Most human miRNAs repress gene expression by inhibiting translation and do not affect target gene mRNA levels [15, 16]. This seems to be the case in our experimental setting. We utilized RT-QPCR to determine if miRNA over-expression resulted in decreased APP mRNA levels. Over-expression of mir-106a or mir-520c had no effect on APP mRNA levels (Figure 2E). Mir-106a and mir-520c, therefore, appear to inhibit translation of the APP transcript.

Our results are the first to experimentally demonstrate that human APP levels can be regulated by miRNAs. In 2004, it was predicted that APP levels could be regulated by miRNAs [12]; recently it was shown that expression of the C. elegans orthologue of APP, APL-1, is regulated by developmentally-timed miRNAs [17].

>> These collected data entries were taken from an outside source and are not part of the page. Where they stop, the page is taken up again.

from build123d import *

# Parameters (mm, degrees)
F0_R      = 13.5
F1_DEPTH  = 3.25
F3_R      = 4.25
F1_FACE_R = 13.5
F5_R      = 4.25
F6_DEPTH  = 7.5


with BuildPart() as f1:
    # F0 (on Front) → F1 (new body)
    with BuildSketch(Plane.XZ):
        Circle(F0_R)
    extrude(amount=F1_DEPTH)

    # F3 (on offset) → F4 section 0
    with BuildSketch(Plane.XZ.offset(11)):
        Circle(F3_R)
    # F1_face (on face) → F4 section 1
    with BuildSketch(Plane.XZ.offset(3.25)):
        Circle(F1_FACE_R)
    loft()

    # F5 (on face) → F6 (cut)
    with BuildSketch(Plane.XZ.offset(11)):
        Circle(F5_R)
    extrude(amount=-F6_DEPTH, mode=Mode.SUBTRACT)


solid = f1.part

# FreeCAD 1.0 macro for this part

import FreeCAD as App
import Part
import Sketcher
Q = App.Units.Quantity

doc = App.newDocument("Part")
body = doc.addObject("PartDesign::Body", "Body")

# Sketch on XZ plane
sketch1 = body.newObject("Sketcher::SketchObject", "Sketch")
sketch1.AttachmentSupport = (doc.getObject("XZ_Plane"), [""])
sketch1.MapMode = "FlatFace"
sketch1.addGeometry(Part.Circle(App.Vector(0, 0, 0), App.Vector(0, 0, 1), 14), False)
sketch1.addConstraint([
    Sketcher.Constraint("Coincident", 0, 3, -1, 1),
    Sketcher.Constraint("Diameter", 0, Q("27 mm")),
])
pad1 = body.newObject("PartDesign::Pad", "Pad")
pad1.Profile = sketch1
pad1.Length = 3.25

# Sketch on XZ plane
sketch2 = body.newObject("Sketcher::SketchObject", "Sketch001")
sketch2.AttachmentSupport = (doc.getObject("XZ_Plane"), [""])
sketch2.MapMode = "FlatFace"
sketch2.AttachmentOffset = App.Placement(App.Vector(0, 0, 11), App.Rotation())
sketch2.addGeometry(Part.Circle(App.Vector(0, 0, 0), App.Vector(0, 0, 1), 4.2), False)
sketch2.addConstraint([
    Sketcher.Constraint("Coincident", 0, 3, -1, 1),
    Sketcher.Constraint("Diameter", 0, Q("8.5 mm")),
])

# Sketch on XZ plane
sketch3 = body.newObject("Sketcher::SketchObject", "Sketch002")
sketch3.AttachmentSupport = (doc.getObject("XZ_Plane"), [""])
sketch3.MapMode = "FlatFace"
sketch3.AttachmentOffset = App.Placement(App.Vector(0, 0, 3.25), App.Rotation())
sketch3.addGeometry(Part.Circle(App.Vector(0, 0, 0), App.Vector(0, 0, 1), 14), False)
sketch3.addConstraint([
    Sketcher.Constraint("Coincident", 0, 3, -1, 1),
    Sketcher.Constraint("Diameter", 0, Q("27 mm")),
])

additiveloft = body.newObject("PartDesign::AdditiveLoft", "AdditiveLoft")
additiveloft.Profile = sketch2
additiveloft.Sections = [sketch3]

# Sketch on XZ plane
sketch4 = body.newObject("Sketcher::SketchObject", "Sketch003")
sketch4.AttachmentSupport = (doc.getObject("XZ_Plane"), [""])
sketch4.MapMode = "FlatFace"
sketch4.AttachmentOffset = App.Placement(App.Vector(0, 0, 11), App.Rotation())
sketch4.addGeometry(Part.Circle(App.Vector(0, 0, 0), App.Vector(0, 0, 1), 4.2), False)
sketch4.addConstraint([
    Sketcher.Constraint("Coincident", 0, 3, -1, 1),
    Sketcher.Constraint("Diameter", 0, Q("8.5 mm")),
])
pocket1 = body.newObject("PartDesign::Pocket", "Pocket")
pocket1.Profile = sketch4
pocket1.Length = 7.5

doc.recompute()
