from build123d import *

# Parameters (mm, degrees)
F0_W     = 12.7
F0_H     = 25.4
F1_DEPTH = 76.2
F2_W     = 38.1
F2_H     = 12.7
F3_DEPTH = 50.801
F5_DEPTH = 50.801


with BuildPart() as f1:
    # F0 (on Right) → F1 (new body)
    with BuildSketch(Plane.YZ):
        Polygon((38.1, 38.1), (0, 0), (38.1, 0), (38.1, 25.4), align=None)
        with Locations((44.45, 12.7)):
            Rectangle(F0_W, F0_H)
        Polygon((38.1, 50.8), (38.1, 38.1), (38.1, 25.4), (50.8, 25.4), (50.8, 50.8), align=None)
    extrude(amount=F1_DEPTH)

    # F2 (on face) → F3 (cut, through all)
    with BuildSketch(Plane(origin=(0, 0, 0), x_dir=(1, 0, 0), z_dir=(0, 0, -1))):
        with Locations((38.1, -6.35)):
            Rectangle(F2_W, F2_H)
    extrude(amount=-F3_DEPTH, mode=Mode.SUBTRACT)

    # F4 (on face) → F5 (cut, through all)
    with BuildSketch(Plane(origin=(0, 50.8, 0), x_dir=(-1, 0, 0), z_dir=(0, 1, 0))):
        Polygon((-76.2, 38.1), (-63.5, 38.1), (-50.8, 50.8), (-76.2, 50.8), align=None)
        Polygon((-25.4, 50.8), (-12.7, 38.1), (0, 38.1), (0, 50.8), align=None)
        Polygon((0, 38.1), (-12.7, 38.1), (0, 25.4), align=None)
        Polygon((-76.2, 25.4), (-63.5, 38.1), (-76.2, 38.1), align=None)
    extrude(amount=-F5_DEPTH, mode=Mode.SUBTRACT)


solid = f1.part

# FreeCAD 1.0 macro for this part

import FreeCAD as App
import Part
import Sketcher

V = App.Vector
Q = App.Units.Quantity

doc = App.newDocument("Part")
params = doc.addObject("Spreadsheet::Sheet", "Params")
for row, (alias, value) in enumerate([
    ("sketch1_width", "2 in"),
    ("sketch1_width2", "0.5 in"),
    ("pad1_length", "3 in"),
    ("sketch2_width", "1.5 in"),
    ("sketch2_height", "0.5 in"),
    ("sketch3_width", "1 in"),
], start=1):
    params.set(f"A{row}", alias)
    params.set(f"B{row}", "=" + value)
    params.setAlias(f"B{row}", alias)

body = doc.addObject("PartDesign::Body", "Body")

sketch1 = doc.addObject("Sketcher::SketchObject", "Sketch")
body.addObject(sketch1)
sketch1.AttachmentSupport = (doc.YZ_Plane, [""])
sketch1.MapMode = "FlatFace"
sketch1.addGeometry([
    Part.LineSegment(V(38.1, 38.1, 0), V(0, 0, 0)),
    Part.LineSegment(V(0, 0, 0), V(50.8, 0, 0)),
    Part.LineSegment(V(50.8, 0, 0), V(50.8, 50.8, 0)),
    Part.LineSegment(V(50.8, 50.8, 0), V(38.1, 50.8, 0)),
    Part.LineSegment(V(38.1, 50.8, 0), V(38.1, 38.1, 0)),
], False)
sketch1.addConstraint([
    Sketcher.Constraint("Coincident", 0, 2, 1, 1),
    Sketcher.Constraint("Coincident", 1, 2, 2, 1),
    Sketcher.Constraint("Coincident", 2, 2, 3, 1),
    Sketcher.Constraint("Coincident", 3, 2, 4, 1),
    Sketcher.Constraint("Coincident", 4, 2, 0, 1),
    Sketcher.Constraint("Horizontal", 1),
    Sketcher.Constraint("Vertical", 2),
    Sketcher.Constraint("Horizontal", 3),
    Sketcher.Constraint("Vertical", 4),
    Sketcher.Constraint("Coincident", 0, 2, -1, 1),
    Sketcher.Constraint("Equal", 1, 2),
    Sketcher.Constraint("Equal", 3, 4),
    Sketcher.Constraint("DistanceX", 1, 1, 1, 2, Q("2 in")),
    Sketcher.Constraint("DistanceX", 3, 2, 3, 1, Q("0.5 in")),
])
sketch1.setExpression("Constraints[12]", "Params.sketch1_width")
sketch1.setExpression("Constraints[13]", "Params.sketch1_width2")
pad1 = doc.addObject("PartDesign::Pad", "Pad")
body.addObject(pad1)
pad1.Profile = sketch1
pad1.setExpression("Length", "Params.pad1_length")

sketch2 = doc.addObject("Sketcher::SketchObject", "Sketch001")
body.addObject(sketch2)
sketch2.AttachmentSupport = (doc.XY_Plane, [""])
sketch2.MapMode = "FlatFace"
sketch2.addGeometry([
    Part.LineSegment(V(19.05, 0, 0), V(19.05, 12.7, 0)),
    Part.LineSegment(V(19.05, 12.7, 0), V(57.15, 12.7, 0)),
    Part.LineSegment(V(57.15, 12.7, 0), V(57.15, 0, 0)),
    Part.LineSegment(V(57.15, 0, 0), V(19.05, 0, 0)),
], False)
sketch2.addConstraint([
    Sketcher.Constraint("Coincident", 0, 2, 1, 1),
    Sketcher.Constraint("Coincident", 1, 2, 2, 1),
    Sketcher.Constraint("Coincident", 2, 2, 3, 1),
    Sketcher.Constraint("Coincident", 3, 2, 0, 1),
    Sketcher.Constraint("Vertical", 0),
    Sketcher.Constraint("Horizontal", 1),
    Sketcher.Constraint("Vertical", 2),
    Sketcher.Constraint("Horizontal", 3),
    Sketcher.Constraint("PointOnObject", 2, 2, -1),
    Sketcher.Constraint("DistanceX", 1, 1, 1, 2, Q("1.5 in")),
    Sketcher.Constraint("DistanceY", 0, 1, 0, 2, Q("0.5 in")),
    Sketcher.Constraint("DistanceX", -1, 1, 0, 2, Q("0.75 in")),
])
sketch2.setExpression("Constraints[9]", "Params.sketch2_width")
sketch2.setExpression("Constraints[10]", "Params.sketch2_height")
pocket1 = doc.addObject("PartDesign::Pocket", "Pocket")
body.addObject(pocket1)
pocket1.Profile = sketch2
pocket1.Type = "ThroughAll"
pocket1.Reversed = True

sketch3 = doc.addObject("Sketcher::SketchObject", "Sketch002")
body.addObject(sketch3)
sketch3.AttachmentSupport = (doc.XZ_Plane, [""])
sketch3.MapMode = "FlatFace"
sketch3.AttachmentOffset = App.Placement(V(0, 0, -2 * 25.4), App.Rotation())
sketch3.addGeometry([
    Part.LineSegment(V(50.8, 50.8, 0), V(76.2, 50.8, 0)),
    Part.LineSegment(V(76.2, 50.8, 0), V(76.2, 25.4, 0)),
    Part.LineSegment(V(76.2, 25.4, 0), V(50.8, 50.8, 0)),
    Part.LineSegment(V(25.4, 50.8, 0), V(0, 25.4, 0)),
    Part.LineSegment(V(0, 25.4, 0), V(0, 50.8, 0)),
    Part.LineSegment(V(0, 50.8, 0), V(25.4, 50.8, 0)),
], False)
sketch3.addConstraint([
    Sketcher.Constraint("Coincident", 0, 2, 1, 1),
    Sketcher.Constraint("Coincident", 1, 2, 2, 1),
    Sketcher.Constraint("Coincident", 2, 2, 0, 1),
    Sketcher.Constraint("Coincident", 3, 2, 4, 1),
    Sketcher.Constraint("Coincident", 4, 2, 5, 1),
    Sketcher.Constraint("Coincident", 5, 2, 3, 1),
    Sketcher.Constraint("Horizontal", 0),
    Sketcher.Constraint("Vertical", 1),
    Sketcher.Constraint("Vertical", 4),
    Sketcher.Constraint("Horizontal", 5),
    Sketcher.Constraint("PointOnObject", 3, 2, -2),
    Sketcher.Constraint("Perpendicular", 2, 3),
    Sketcher.Constraint("Horizontal", 1, 2, 3, 2),
    Sketcher.Constraint("Horizontal", 2, 2, 4, 2),
    Sketcher.Constraint("Equal", 0, 5),
    Sketcher.Constraint("DistanceX", 0, 1, 0, 2, Q("1 in")),
    Sketcher.Constraint("DistanceX", -1, 1, 0, 2, Q("3 in")),
    Sketcher.Constraint("DistanceY", -1, 1, 0, 2, Q("2 in")),
])
sketch3.setExpression("Constraints[15]", "Params.sketch3_width")
pocket2 = doc.addObject("PartDesign::Pocket", "Pocket001")
body.addObject(pocket2)
pocket2.Profile = sketch3
pocket2.Type = "ThroughAll"
pocket2.Reversed = True

doc.recompute()
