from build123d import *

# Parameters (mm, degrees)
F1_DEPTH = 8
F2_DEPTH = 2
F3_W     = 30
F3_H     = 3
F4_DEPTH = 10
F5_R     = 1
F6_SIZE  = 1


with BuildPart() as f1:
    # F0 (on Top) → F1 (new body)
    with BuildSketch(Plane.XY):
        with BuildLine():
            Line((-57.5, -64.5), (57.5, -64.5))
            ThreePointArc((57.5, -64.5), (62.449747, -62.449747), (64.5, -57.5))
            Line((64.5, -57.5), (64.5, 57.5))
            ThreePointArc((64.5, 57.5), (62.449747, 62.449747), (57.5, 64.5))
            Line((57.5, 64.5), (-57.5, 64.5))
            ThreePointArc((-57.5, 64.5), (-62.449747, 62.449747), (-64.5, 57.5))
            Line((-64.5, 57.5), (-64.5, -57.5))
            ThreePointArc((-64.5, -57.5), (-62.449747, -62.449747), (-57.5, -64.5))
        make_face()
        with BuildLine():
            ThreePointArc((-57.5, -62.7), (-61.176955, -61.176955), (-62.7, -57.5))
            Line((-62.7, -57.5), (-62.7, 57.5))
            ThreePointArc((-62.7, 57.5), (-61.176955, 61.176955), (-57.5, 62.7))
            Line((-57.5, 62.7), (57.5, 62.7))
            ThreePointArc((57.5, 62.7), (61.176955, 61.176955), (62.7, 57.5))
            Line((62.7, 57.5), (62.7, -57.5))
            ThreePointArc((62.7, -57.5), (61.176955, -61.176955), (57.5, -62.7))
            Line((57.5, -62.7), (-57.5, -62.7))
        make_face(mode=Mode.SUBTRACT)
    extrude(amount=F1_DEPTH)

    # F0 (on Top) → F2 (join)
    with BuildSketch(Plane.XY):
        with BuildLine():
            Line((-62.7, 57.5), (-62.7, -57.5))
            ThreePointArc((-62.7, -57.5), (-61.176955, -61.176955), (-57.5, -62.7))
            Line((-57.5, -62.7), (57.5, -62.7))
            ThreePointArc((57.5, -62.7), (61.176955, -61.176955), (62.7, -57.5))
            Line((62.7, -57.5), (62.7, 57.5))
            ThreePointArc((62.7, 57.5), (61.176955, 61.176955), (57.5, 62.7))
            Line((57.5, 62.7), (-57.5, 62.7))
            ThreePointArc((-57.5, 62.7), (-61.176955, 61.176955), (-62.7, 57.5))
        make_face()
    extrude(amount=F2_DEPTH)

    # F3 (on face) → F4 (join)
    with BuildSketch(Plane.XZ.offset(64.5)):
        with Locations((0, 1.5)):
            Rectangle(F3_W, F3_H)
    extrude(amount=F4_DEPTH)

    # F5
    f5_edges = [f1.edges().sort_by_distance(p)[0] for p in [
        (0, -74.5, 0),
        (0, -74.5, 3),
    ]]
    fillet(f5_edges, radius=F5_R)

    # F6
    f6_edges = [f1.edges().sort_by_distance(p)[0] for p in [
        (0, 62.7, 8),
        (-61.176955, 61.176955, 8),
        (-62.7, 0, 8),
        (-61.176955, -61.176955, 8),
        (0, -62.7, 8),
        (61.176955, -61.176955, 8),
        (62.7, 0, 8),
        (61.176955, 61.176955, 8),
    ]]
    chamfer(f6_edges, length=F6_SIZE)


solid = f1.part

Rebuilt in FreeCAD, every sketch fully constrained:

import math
import FreeCAD as App
import Part
import Sketcher


def edges_at(feature, points):
    """Names of the edges that pass closest to the given points."""
    edges = feature.Shape.Edges
    near = lambda p: min(range(len(edges)), key=lambda i: edges[i].distToShape(Part.Vertex(*p))[0])
    return sorted({f"Edge{near(p) + 1}" for p in points})

doc = App.newDocument("Part")
body = doc.addObject("PartDesign::Body", "Body")

# Sketch on XY plane
sketch1 = doc.addObject("Sketcher::SketchObject", "Sketch")
body.addObject(sketch1)
sketch1.AttachmentSupport = (doc.XY_Plane, [""])
sketch1.MapMode = "FlatFace"
sketch1.addGeometry([
    Part.LineSegment(App.Vector(-58, -64, 0), App.Vector(58, -64, 0)),  # 0
    Part.ArcOfCircle(Part.Circle(App.Vector(57, -57, 0), App.Vector(0, 0, 1), 7), math.radians(-90), math.radians(0)),  # 1
    Part.LineSegment(App.Vector(64, -58, 0), App.Vector(64, 58, 0)),  # 2
    Part.ArcOfCircle(Part.Circle(App.Vector(57, 57, 0), App.Vector(0, 0, 1), 7), math.radians(0), math.radians(90)),  # 3
    Part.LineSegment(App.Vector(58, 64, 0), App.Vector(-58, 64, 0)),  # 4
    Part.ArcOfCircle(Part.Circle(App.Vector(-57, 57, 0), App.Vector(0, 0, 1), 7), math.radians(90), math.radians(180)),  # 5
    Part.LineSegment(App.Vector(-64, 58, 0), App.Vector(-64, -58, 0)),  # 6
    Part.ArcOfCircle(Part.Circle(App.Vector(-57, -57, 0), App.Vector(0, 0, 1), 7), math.radians(-180), math.radians(-90)),  # 7
    Part.LineSegment(App.Vector(58, -63, 0), App.Vector(-58, -63, 0)),  # 8
    Part.ArcOfCircle(Part.Circle(App.Vector(-57, -57, 0), App.Vector(0, 0, 1), 5), math.radians(-180), math.radians(-90)),  # 9
    Part.LineSegment(App.Vector(-63, -58, 0), App.Vector(-63, 58, 0)),  # 10
    Part.ArcOfCircle(Part.Circle(App.Vector(-57, 57, 0), App.Vector(0, 0, 1), 5), math.radians(90), math.radians(180)),  # 11
    Part.LineSegment(App.Vector(-58, 63, 0), App.Vector(58, 63, 0)),  # 12
    Part.ArcOfCircle(Part.Circle(App.Vector(57, 57, 0), App.Vector(0, 0, 1), 5), math.radians(0), math.radians(90)),  # 13
    Part.LineSegment(App.Vector(63, 58, 0), App.Vector(63, -58, 0)),  # 14
    Part.ArcOfCircle(Part.Circle(App.Vector(57, -57, 0), App.Vector(0, 0, 1), 5), math.radians(-90), math.radians(0)),  # 15
], False)
sketch1.addConstraint([
    Sketcher.Constraint("Tangent", 0, 2, 1, 1),
    Sketcher.Constraint("Tangent", 1, 2, 2, 1),
    Sketcher.Constraint("Tangent", 2, 2, 3, 1),
    Sketcher.Constraint("Tangent", 3, 2, 4, 1),
    Sketcher.Constraint("Tangent", 4, 2, 5, 1),
    Sketcher.Constraint("Tangent", 5, 2, 6, 1),
    Sketcher.Constraint("Tangent", 6, 2, 7, 1),
    Sketcher.Constraint("Tangent", 7, 2, 0, 1),
    Sketcher.Constraint("Tangent", 8, 2, 9, 2),
    Sketcher.Constraint("Tangent", 9, 1, 10, 1),
    Sketcher.Constraint("Tangent", 10, 2, 11, 2),
    Sketcher.Constraint("Tangent", 11, 1, 12, 1),
    Sketcher.Constraint("Tangent", 12, 2, 13, 2),
    Sketcher.Constraint("Tangent", 13, 1, 14, 1),
    Sketcher.Constraint("Tangent", 14, 2, 15, 2),
    Sketcher.Constraint("Tangent", 15, 1, 8, 1),
    Sketcher.Constraint("Horizontal", 0),
    Sketcher.Constraint("Vertical", 2),
    Sketcher.Constraint("Horizontal", 4),
    Sketcher.Constraint("Vertical", 6),
    Sketcher.Constraint("Horizontal", 8),
    Sketcher.Constraint("Vertical", 10),
    Sketcher.Constraint("Horizontal", 12),
    Sketcher.Constraint("Vertical", 14),
    Sketcher.Constraint("Coincident", 9, 3, 7, 3),
    Sketcher.Constraint("Coincident", 11, 3, 5, 3),
    Sketcher.Constraint("Coincident", 13, 3, 3, 3),
    Sketcher.Constraint("Equal", 1, 3),
    Sketcher.Constraint("Equal", 3, 5),
    Sketcher.Constraint("Equal", 5, 7),
    Sketcher.Constraint("Equal", 13, 15),
    Sketcher.Constraint("Symmetric", 1, 3, 5, 3, -1, 1),
    Sketcher.Constraint("Equal", 12, 2),
    Sketcher.Constraint("Radius", 1, 7.000002),
    Sketcher.Constraint("Radius", 9, 5.200001),
    Sketcher.Constraint("DistanceX", 0, 1, 0, 2, 115.0),
])
pad1 = doc.addObject("PartDesign::Pad", "Pad")
body.addObject(pad1)
pad1.Profile = sketch1
pad1.Length = 8

# Sketch on XY plane
sketch2 = doc.addObject("Sketcher::SketchObject", "Sketch001")
body.addObject(sketch2)
sketch2.AttachmentSupport = (doc.XY_Plane, [""])
sketch2.MapMode = "FlatFace"
sketch2.addGeometry([
    Part.LineSegment(App.Vector(-63, 58, 0), App.Vector(-63, -58, 0)),  # 0
    Part.ArcOfCircle(Part.Circle(App.Vector(-57, -57, 0), App.Vector(0, 0, 1), 5), math.radians(-180), math.radians(-90)),  # 1
    Part.LineSegment(App.Vector(-58, -63, 0), App.Vector(58, -63, 0)),  # 2
    Part.ArcOfCircle(Part.Circle(App.Vector(57, -57, 0), App.Vector(0, 0, 1), 5), math.radians(-90), math.radians(0)),  # 3
    Part.LineSegment(App.Vector(63, -58, 0), App.Vector(63, 58, 0)),  # 4
    Part.ArcOfCircle(Part.Circle(App.Vector(57, 57, 0), App.Vector(0, 0, 1), 5), math.radians(0), math.radians(90)),  # 5
    Part.LineSegment(App.Vector(58, 63, 0), App.Vector(-58, 63, 0)),  # 6
    Part.ArcOfCircle(Part.Circle(App.Vector(-57, 57, 0), App.Vector(0, 0, 1), 5), math.radians(90), math.radians(180)),  # 7
], False)
sketch2.addConstraint([
    Sketcher.Constraint("Tangent", 0, 2, 1, 1),
    Sketcher.Constraint("Tangent", 1, 2, 2, 1),
    Sketcher.Constraint("Tangent", 2, 2, 3, 1),
    Sketcher.Constraint("Tangent", 3, 2, 4, 1),
    Sketcher.Constraint("Tangent", 4, 2, 5, 1),
    Sketcher.Constraint("Tangent", 5, 2, 6, 1),
    Sketcher.Constraint("Tangent", 6, 2, 7, 1),
    Sketcher.Constraint("Tangent", 7, 2, 0, 1),
    Sketcher.Constraint("Vertical", 0),
    Sketcher.Constraint("Horizontal", 2),
    Sketcher.Constraint("Vertical", 4),
    Sketcher.Constraint("Horizontal", 6),
    Sketcher.Constraint("Equal", 1, 3),
    Sketcher.Constraint("Equal", 3, 5),
    Sketcher.Constraint("Equal", 5, 7),
    Sketcher.Constraint("Symmetric", 1, 3, 5, 3, -1, 1),
    Sketcher.Constraint("Equal", 6, 0),
    Sketcher.Constraint("Radius", 1, 5.200001),
    Sketcher.Constraint("DistanceX", 2, 1, 2, 2, 115.0),
])
pad2 = doc.addObject("PartDesign::Pad", "Pad001")
body.addObject(pad2)
pad2.Profile = sketch2
pad2.Length = 2

# Sketch on XZ plane
sketch3 = doc.addObject("Sketcher::SketchObject", "Sketch002")
body.addObject(sketch3)
sketch3.AttachmentSupport = (doc.XZ_Plane, [""])
sketch3.MapMode = "FlatFace"
sketch3.AttachmentOffset = App.Placement(App.Vector(0, 0, 64.5), App.Rotation())
sketch3.addGeometry([
    Part.LineSegment(App.Vector(-15, 3, 0), App.Vector(-15, 0, 0)),
    Part.LineSegment(App.Vector(-15, 0, 0), App.Vector(15, 0, 0)),
    Part.LineSegment(App.Vector(15, 0, 0), App.Vector(15, 3, 0)),
    Part.LineSegment(App.Vector(15, 3, 0), App.Vector(-15, 3, 0)),
], False)
sketch3.addConstraint([
    Sketcher.Constraint("Coincident", 0, 2, 1, 1),
    Sketcher.Constraint("Coincident", 1, 2, 2, 1),
    Sketcher.Constraint("Coincident", 2, 2, 3, 1),
    Sketcher.Constraint("Coincident", 3, 2, 0, 1),
    Sketcher.Constraint("Vertical", 0),
    Sketcher.Constraint("Horizontal", 1),
    Sketcher.Constraint("Vertical", 2),
    Sketcher.Constraint("Horizontal", 3),
    Sketcher.Constraint("Symmetric", 0, 2, 1, 2, -1, 1),
    Sketcher.Constraint("DistanceX", 1, 1, 1, 2, 30.0),
    Sketcher.Constraint("DistanceY", 0, 2, 0, 1, 3.0),
])
pad3 = doc.addObject("PartDesign::Pad", "Pad002")
body.addObject(pad3)
pad3.Profile = sketch3
pad3.Length = 10
doc.recompute()

fillet = doc.addObject("PartDesign::Fillet", "Fillet")
body.addObject(fillet)
fillet.Base = (pad3, edges_at(pad3, [(0, -74.5, 0), (0, -74.5, 3)]))
fillet.Radius = 1
doc.recompute()

chamfer = doc.addObject("PartDesign::Chamfer", "Chamfer")
body.addObject(chamfer)
chamfer.Base = (fillet, edges_at(fillet, [
    (0, 62.7, 8),
    (-61.177, 61.177, 8),
    (-62.7, 0, 8),
    (-61.177, -61.177, 8),
    (0, -62.7, 8),
    (61.177, -61.177, 8),
    (62.7, 0, 8),
    (61.177, 61.177, 8),
]))
chamfer.Size = 1

doc.recompute()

In human neurons the APP₆₉₅ isoform is the predominant expressed isoform. All APP isoforms (APP₆₉₅, APP₇₅₁ and APP₇₇₀) share the same 3' UTR [18] therefore we expect that the mir-106a mediated regulation of APP levels that we observe in the HEK-293 cell line should also occur in neurons given that mir-106a is expressed in the brain. We do not expect mir-520c mediated APP regulation to occur in neurons since this miRNA is not expressed in brain. It is important to test if miRNA regulation is a normal aspect of APP metabolism in neurons. If so, it will be important to determine whether AD pathogenesis is affected by alterations in miRNA function and/or expression. It is possible that aging- or environment-induced changes in miRNA expression, and/or sequence variation in miRNAs or their targets, contribute to increased APP levels and increased AD risk. Recently, it was demonstrated that expression of the β-secretase BACE can be regulated by miR-29a/b-1 and mir-107; furthermore, increased BACE levels correlated with decreased miR-29a/b-1 and mir-107 levels in AD patients [19, 20].

Regardless of the biological roles of miRNA in APP metabolism, therapeutics based on miRNA-induced decrease in APP levels would offer a treatment targeting the underlying pathophysiology of the disease. In the near future, substantial progress will be made in understanding the role of miRNAs in AD pathogenesis and in therapeutic approaches to treating AD.